= Beginning of Section =

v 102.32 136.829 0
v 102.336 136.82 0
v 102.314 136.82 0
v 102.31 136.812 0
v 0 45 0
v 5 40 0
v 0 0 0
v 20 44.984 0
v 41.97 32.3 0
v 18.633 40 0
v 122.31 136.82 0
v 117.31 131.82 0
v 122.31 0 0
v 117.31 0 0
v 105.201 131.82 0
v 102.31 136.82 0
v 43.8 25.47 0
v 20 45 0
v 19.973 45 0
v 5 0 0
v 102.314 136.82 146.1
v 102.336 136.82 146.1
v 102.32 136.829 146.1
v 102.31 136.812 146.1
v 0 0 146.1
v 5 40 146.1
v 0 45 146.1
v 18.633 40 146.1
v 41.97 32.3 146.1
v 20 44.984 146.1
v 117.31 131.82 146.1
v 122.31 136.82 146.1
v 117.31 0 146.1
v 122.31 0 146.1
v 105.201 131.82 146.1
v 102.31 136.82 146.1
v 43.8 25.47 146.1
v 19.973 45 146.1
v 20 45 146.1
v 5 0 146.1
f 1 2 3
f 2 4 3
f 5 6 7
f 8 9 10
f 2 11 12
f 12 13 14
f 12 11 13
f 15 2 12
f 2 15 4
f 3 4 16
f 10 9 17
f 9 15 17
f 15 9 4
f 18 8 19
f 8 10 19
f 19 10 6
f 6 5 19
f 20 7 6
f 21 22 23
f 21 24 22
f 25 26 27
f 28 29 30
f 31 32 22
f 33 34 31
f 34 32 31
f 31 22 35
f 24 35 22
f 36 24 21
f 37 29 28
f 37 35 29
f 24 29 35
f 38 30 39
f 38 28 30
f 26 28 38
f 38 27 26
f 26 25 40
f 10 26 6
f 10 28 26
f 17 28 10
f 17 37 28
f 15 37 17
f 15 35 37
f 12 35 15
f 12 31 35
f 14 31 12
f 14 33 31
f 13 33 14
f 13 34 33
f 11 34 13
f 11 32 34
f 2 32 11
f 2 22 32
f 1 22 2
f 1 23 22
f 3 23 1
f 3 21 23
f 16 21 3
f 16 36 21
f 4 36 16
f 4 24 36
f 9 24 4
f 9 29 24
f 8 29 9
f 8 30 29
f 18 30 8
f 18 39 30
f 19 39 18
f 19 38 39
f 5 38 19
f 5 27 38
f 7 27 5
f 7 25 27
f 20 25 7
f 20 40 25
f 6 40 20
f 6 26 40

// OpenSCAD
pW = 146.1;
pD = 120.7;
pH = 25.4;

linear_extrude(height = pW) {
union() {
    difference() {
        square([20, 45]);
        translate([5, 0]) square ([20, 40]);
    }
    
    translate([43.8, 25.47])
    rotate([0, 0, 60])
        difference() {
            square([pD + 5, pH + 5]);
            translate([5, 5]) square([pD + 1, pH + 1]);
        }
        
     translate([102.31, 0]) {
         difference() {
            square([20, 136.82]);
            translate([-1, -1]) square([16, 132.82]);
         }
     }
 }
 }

= End of Section =

▸ Action item: Reproduce the listing above in its entirety, unchanged.

▸ Solution:
v 102.32 136.829 0
v 102.336 136.82 0
v 102.314 136.82 0
v 102.31 136.812 0
v 0 45 0
v 5 40 0
v 0 0 0
v 20 44.984 0
v 41.97 32.3 0
v 18.633 40 0
v 122.31 136.82 0
v 117.31 131.82 0
v 122.31 0 0
v 117.31 0 0
v 105.201 131.82 0
v 102.31 136.82 0
v 43.8 25.47 0
v 20 45 0
v 19.973 45 0
v 5 0 0
v 102.314 136.82 146.1
v 102.336 136.82 146.1
v 102.32 136.829 146.1
v 102.31 136.812 146.1
v 0 0 146.1
v 5 40 146.1
v 0 45 146.1
v 18.633 40 146.1
v 41.97 32.3 146.1
v 20 44.984 146.1
v 117.31 131.82 146.1
v 122.31 136.82 146.1
v 117.31 0 146.1
v 122.31 0 146.1
v 105.201 131.82 146.1
v 102.31 136.82 146.1
v 43.8 25.47 146.1
v 19.973 45 146.1
v 20 45 146.1
v 5 0 146.1
f 1 2 3
f 2 4 3
f 5 6 7
f 8 9 10
f 2 11 12
f 12 13 14
f 12 11 13
f 15 2 12
f 2 15 4
f 3 4 16
f 10 9 17
f 9 15 17
f 15 9 4
f 18 8 19
f 8 10 19
f 19 10 6
f 6 5 19
f 20 7 6
f 21 22 23
f 21 24 22
f 25 26 27
f 28 29 30
f 31 32 22
f 33 34 31
f 34 32 31
f 31 22 35
f 24 35 22
f 36 24 21
f 37 29 28
f 37 35 29
f 24 29 35
f 38 30 39
f 38 28 30
f 26 28 38
f 38 27 26
f 26 25 40
f 10 26 6
f 10 28 26
f 17 28 10
f 17 37 28
f 15 37 17
f 15 35 37
f 12 35 15
f 12 31 35
f 14 31 12
f 14 33 31
f 13 33 14
f 13 34 33
f 11 34 13
f 11 32 34
f 2 32 11
f 2 22 32
f 1 22 2
f 1 23 22
f 3 23 1
f 3 21 23
f 16 21 3
f 16 36 21
f 4 36 16
f 4 24 36
f 9 24 4
f 9 29 24
f 8 29 9
f 8 30 29
f 18 30 8
f 18 39 30
f 19 39 18
f 19 38 39
f 5 38 19
f 5 27 38
f 7 27 5
f 7 25 27
f 20 25 7
f 20 40 25
f 6 40 20
f 6 26 40

// OpenSCAD
pW = 146.1;
pD = 120.7;
pH = 25.4;

linear_extrude(height = pW) {
union() {
    difference() {
        square([20, 45]);
        translate([5, 0]) square ([20, 40]);
    }
    
    translate([43.8, 25.47])
    rotate([0, 0, 60])
        difference() {
            square([pD + 5, pH + 5]);
            translate([5, 5]) square([pD + 1, pH + 1]);
        }
        
     translate([102.31, 0]) {
         difference() {
            square([20, 136.82]);
            translate([-1, -1]) square([16, 132.82]);
         }
     }
 }
 }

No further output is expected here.